There are two important lessons we can learn from the oil spill case in Mexico Bay in the United States last year: Out-of-court settlement and President Barack Obama’s quick response as an integral part of crisis management in the US administration.
Out-of-court settlement means that goodwill from all stakeholders are the key words. It is implied that two parties agree with the adagio that goodwill builds and runs business to improve society’s welfare.
So when a major crisis strikes, the corporate sector will join forces with other stakeholders to deal with it.
Owner of the Montara oil rig in Timor Sea, Thailand-based PTTEP, and the government of Indonesia as regulator have taken a couple of steps based on this good will, to negotiate and solve the impacts of Timor Sea oil spills two years ago.
The litigation process, often used in resolving disputes among business entities with other stakeholders, is strongly associated with the Western way of being direct and certain, coupled with the specific characteristic of involving the third party (the court) to resolve the disputes between two conflicting parties. In reality, litigation has never been the first option in business particularly in Eastern culture.
Businesspeople in Eastern countries decline to see their colleagues lose their faces in a zero-sum game played in court, especially when the one defeated is the regulator or the government that supposedly represents the will of the nation. This option make businesspeople uneasy as their business existence and sustainability depends on the regulations produced by this government regime.
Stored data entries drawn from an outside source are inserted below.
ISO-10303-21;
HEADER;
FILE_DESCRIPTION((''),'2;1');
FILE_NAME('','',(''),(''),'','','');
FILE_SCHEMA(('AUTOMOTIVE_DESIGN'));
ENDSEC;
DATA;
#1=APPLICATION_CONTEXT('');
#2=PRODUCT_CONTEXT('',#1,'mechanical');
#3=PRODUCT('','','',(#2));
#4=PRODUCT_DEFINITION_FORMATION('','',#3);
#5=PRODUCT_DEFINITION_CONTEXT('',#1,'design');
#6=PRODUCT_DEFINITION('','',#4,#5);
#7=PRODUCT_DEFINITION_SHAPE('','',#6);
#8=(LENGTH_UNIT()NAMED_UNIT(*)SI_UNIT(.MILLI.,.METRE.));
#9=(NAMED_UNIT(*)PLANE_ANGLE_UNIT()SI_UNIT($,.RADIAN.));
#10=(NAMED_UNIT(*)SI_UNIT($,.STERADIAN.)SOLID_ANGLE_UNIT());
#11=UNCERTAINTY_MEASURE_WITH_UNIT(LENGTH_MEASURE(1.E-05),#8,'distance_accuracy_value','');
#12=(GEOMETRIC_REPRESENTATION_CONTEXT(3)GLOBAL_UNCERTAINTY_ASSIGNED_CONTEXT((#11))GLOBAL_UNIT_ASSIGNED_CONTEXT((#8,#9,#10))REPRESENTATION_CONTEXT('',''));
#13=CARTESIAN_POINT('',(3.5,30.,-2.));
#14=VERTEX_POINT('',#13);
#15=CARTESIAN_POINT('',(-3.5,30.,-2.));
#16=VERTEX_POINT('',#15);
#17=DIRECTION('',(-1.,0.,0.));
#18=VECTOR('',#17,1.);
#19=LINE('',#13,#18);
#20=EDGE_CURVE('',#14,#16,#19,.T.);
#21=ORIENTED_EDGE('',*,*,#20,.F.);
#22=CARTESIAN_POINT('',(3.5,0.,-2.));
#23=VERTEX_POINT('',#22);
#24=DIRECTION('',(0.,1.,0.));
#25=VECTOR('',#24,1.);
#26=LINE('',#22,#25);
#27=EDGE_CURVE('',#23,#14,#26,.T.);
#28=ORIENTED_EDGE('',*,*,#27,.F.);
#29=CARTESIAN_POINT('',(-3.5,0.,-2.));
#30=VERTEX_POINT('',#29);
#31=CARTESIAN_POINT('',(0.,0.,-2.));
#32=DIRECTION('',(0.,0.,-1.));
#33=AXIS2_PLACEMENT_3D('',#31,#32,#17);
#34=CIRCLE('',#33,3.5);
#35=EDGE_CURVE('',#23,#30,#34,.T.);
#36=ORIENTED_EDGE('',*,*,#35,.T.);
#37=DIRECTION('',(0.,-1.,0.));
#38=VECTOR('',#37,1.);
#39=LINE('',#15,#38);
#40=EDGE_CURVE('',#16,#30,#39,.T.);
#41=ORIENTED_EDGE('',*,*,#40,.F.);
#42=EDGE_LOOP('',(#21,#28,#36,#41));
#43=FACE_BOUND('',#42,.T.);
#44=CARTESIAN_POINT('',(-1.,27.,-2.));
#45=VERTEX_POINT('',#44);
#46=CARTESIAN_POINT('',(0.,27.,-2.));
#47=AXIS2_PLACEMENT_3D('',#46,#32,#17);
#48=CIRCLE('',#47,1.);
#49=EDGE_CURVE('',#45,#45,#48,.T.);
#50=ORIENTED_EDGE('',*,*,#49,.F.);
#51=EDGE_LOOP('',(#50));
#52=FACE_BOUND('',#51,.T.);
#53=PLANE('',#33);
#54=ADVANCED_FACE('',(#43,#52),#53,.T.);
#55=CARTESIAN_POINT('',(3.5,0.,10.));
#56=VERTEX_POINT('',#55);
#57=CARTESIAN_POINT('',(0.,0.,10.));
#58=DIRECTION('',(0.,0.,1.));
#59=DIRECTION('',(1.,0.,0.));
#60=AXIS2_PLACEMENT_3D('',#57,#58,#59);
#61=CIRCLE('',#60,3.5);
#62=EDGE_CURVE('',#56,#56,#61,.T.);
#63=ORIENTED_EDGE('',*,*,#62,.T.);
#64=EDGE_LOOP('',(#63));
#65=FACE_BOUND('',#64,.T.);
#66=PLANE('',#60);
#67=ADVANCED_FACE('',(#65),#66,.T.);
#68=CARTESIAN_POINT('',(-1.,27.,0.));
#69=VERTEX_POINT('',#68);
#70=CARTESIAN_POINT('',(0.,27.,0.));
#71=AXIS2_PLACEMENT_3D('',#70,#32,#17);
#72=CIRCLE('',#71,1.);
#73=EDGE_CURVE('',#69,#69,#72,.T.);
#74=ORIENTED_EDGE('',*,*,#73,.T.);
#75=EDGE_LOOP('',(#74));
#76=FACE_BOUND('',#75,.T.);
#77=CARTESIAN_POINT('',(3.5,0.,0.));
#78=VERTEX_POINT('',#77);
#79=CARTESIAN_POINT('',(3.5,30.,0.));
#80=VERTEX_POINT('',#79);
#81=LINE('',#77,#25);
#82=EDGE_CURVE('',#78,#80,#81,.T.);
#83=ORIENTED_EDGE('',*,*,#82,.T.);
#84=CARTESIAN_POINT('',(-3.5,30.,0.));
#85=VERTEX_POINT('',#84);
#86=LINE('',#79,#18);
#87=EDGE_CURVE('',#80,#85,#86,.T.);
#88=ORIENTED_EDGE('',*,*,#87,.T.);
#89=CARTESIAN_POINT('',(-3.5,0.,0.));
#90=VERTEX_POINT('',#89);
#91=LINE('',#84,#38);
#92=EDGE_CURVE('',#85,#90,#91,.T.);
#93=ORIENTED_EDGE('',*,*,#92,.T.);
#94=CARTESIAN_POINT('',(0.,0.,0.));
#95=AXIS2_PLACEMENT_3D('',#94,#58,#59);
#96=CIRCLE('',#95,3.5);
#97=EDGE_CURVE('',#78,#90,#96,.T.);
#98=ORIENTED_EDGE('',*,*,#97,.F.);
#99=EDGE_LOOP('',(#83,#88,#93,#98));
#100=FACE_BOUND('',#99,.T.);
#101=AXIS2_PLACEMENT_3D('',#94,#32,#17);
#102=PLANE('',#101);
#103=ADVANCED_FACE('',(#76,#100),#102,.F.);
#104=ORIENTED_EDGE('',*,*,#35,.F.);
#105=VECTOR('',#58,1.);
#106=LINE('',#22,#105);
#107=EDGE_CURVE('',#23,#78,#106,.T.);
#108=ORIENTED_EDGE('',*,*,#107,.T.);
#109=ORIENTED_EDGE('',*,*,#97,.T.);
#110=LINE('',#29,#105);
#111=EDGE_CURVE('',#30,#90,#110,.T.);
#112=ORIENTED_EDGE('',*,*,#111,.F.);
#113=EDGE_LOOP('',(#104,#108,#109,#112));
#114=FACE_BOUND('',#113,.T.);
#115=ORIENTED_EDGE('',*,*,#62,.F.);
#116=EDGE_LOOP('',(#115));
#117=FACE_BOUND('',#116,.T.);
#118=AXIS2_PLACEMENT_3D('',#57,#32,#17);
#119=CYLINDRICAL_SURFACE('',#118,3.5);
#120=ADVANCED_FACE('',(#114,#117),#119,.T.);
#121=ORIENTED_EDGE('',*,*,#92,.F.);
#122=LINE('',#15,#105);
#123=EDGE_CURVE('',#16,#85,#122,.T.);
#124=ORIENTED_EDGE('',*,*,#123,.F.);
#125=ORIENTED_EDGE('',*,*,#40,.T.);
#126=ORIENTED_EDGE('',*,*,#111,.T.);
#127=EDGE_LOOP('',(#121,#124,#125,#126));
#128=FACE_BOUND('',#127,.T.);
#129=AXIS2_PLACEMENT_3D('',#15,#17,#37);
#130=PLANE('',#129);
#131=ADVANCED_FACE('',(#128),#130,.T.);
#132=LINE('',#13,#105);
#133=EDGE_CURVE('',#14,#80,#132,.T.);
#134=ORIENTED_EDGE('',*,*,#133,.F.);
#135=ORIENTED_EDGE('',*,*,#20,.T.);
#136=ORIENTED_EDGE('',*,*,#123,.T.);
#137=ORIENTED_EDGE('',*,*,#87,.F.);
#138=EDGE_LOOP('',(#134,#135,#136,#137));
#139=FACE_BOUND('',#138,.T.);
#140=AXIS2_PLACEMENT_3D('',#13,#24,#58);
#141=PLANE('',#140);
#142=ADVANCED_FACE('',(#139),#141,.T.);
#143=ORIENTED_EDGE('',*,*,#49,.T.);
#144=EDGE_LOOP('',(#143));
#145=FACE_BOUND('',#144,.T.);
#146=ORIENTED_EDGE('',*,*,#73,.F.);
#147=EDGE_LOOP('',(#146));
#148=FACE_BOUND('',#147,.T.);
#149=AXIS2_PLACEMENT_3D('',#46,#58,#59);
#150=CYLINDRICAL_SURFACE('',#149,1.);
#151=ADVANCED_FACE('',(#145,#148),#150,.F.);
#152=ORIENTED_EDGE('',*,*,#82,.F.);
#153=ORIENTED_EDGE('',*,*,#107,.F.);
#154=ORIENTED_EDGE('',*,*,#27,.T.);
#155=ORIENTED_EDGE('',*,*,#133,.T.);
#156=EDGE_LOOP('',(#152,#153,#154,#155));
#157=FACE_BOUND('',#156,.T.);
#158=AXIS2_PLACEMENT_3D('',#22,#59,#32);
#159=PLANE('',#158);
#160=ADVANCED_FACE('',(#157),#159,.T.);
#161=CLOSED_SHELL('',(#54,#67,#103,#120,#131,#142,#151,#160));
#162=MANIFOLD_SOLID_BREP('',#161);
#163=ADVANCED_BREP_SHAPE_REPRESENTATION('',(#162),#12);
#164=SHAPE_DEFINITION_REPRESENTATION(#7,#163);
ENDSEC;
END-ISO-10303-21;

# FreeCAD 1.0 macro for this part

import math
import FreeCAD as App
import Part
import Sketcher

doc = App.newDocument("Part")
body = doc.addObject("PartDesign::Body", "Body")

# Sketch on XY plane
sketch1 = body.newObject("Sketcher::SketchObject", "Sketch")
sketch1.AttachmentSupport = (doc.getObject("XY_Plane"), [""])
sketch1.MapMode = "FlatFace"
sketch1.addGeometry(Part.Circle(App.Vector(0, 0, 0), App.Vector(0, 0, 1), 3.5), False)
sketch1.addConstraint([
    Sketcher.Constraint("Coincident", 0, 3, -1, 1),
    Sketcher.Constraint("Diameter", 0, 7.0),
])
pad1 = body.newObject("PartDesign::Pad", "Pad")
pad1.Profile = sketch1
pad1.Length = 10

# Sketch on XY plane
sketch2 = body.newObject("Sketcher::SketchObject", "Sketch001")
sketch2.AttachmentSupport = (doc.getObject("XY_Plane"), [""])
sketch2.MapMode = "FlatFace"
sketch2.AttachmentOffset = App.Placement(App.Vector(0, 0, -2), App.Rotation())
sketch2.addGeometry([
    Part.LineSegment(App.Vector(3.5, 30, 0), App.Vector(3.5, 0, 0)),  # 0
    Part.ArcOfCircle(Part.Circle(App.Vector(0, 0, 0), App.Vector(0, 0, 1), 3.5), math.radians(180), math.radians(360)),  # 1
    Part.LineSegment(App.Vector(-3.5, 0, 0), App.Vector(-3.5, 30, 0)),  # 2
    Part.LineSegment(App.Vector(-3.5, 30, 0), App.Vector(3.5, 30, 0)),  # 3
    Part.Circle(App.Vector(0, 27, 0), App.Vector(0, 0, 1), 1),  # 4
], False)
sketch2.addConstraint([
    Sketcher.Constraint("Tangent", 0, 2, 1, 2),
    Sketcher.Constraint("Tangent", 1, 1, 2, 1),
    Sketcher.Constraint("Coincident", 2, 2, 3, 1),
    Sketcher.Constraint("Coincident", 3, 2, 0, 1),
    Sketcher.Constraint("Vertical", 0),
    Sketcher.Constraint("Vertical", 2),
    Sketcher.Constraint("Horizontal", 3),
    Sketcher.Constraint("Coincident", 1, 3, -1, 1),
    Sketcher.Constraint("PointOnObject", 4, 3, -2),
    Sketcher.Constraint("Diameter", 4, 2.0),
    Sketcher.Constraint("Radius", 1, 3.5),
    Sketcher.Constraint("DistanceY", 0, 2, 0, 1, 30.0),
    Sketcher.Constraint("DistanceY", -1, 1, 4, 3, 27.0),
])
pad2 = body.newObject("PartDesign::Pad", "Pad001")
pad2.Profile = sketch2
pad2.Length = 2

doc.recompute()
If the Montara case were brought to the international court, the legal formal instruments are in place: The 2006 presidential decree on emergency response on oil spills at sea. Yet, there is no specific instrument to regulate compensation from oil spills resulting from oil drilling activities, and therefore out-of-court settlement is still the best option. Even the United States, equipped with four laws to regulate oil spills in the sea, including laws on settlement and compensation, still favors the non-litigation mechanism. Cost of the damage is difficult to prove as the process is intricate and lengthy, since the figure proposed by the government changes frequently and requires independent verification.
The negotiation of the Montara case, in fact, covers the weakness of the government of Indonesia in extracting the second lesson learned in the Mexico Bay environmental crisis: Inadequate environmental crisis management to respond to major cases. Ten days after Deepwater Horizon semi-submersible Mobile Offshore Drilling Unit (MODU), operated by Transocean for BP, exploded in Macondo Prospect oil plant on April 20, 2010, President Obama instructed a thorough investigation. On May 22, Obama signed the Executive Order 13543 as the basis for the establishment of a bi-partisan national team to handle the case. Valuation data on natural resources in the bay was made available quickly, and the executive order laid out who was doing what, so the process to clean up oil spills, the localization of the disaster and compensation — all was resolved within weeks, and after four months, the leak was completely shut down.
Meanwhile, official responses to the oil spills of the Montara rig in Timor Sea came when the Indonesian government established the Advocacy Team on Timor Sea Oil Spills only on July 15, 2010. The first sample, extracted by East Nusa Tenggara provincial government in October 2009 from Timor Sea, concluded that oil spills had entered Indonesian territory. The Indonesian government lost to US-based gold miner PT Newmont Minahasa Raya in 2007, in a trial related to allegations that the company had polluted Buyat Bay. The government also took over corporate responsibility in the case of the Lapindo mudflow in Sidoarjo, East Java. Both cases reflect weakness in evidence.
The belated response to the Montara case results in loss of complete and systematic documentation that leads to difficulties in proving claims of damage. The complete sets of data are owned only by PTTEP and the government of Australia because both have conducted research and collected samples from the first days of the disaster. The biggest loss from this delayed response is another delay, in preventive and curative actions that lead to failure in avoiding another bigger loss.
The objective conditions of the geo-politics, eco-politics and the reality as a tropical country, a country like Indonesia needs to have an adequate and suitable environmental emergency and crises responses, because in spite of its huge potential, Indonesia is also vulnerable to the environmental crises.
Indonesia’s environmental crisis management approach should include eight lithoral countries with which Indonesia shares sea borders as active partners. The crisis management designed should include impacts of environmental crises that might be caused by activities in sea borders — such as oil drilling activities in Timor Sea, South China Sea, Malacca Straits, Philippines Sea and Indian or Pacific oceans. Without clear identification on possible impacts which might occur in the borders, cases like the Montara oil spill will recur.
Geographical and geological realities of Indonesia lead to a relatively high probability of environmental crises as compared to other countries in the world. Combined with low levels of sensitivity and response to environmental crises, a series of tectonic and volcanic vulnerability factors and impacts of environment inter-component interaction will lead to a major environmental disaster in Indonesia. A small localized environmental crisis, if it is not managed well and detected early, can catapult into a major catastrophe that can shove Indonesia into the brink of a failed state.
The writer is executive director of The Society of Indonesian Environmental Journalists (SIEJ).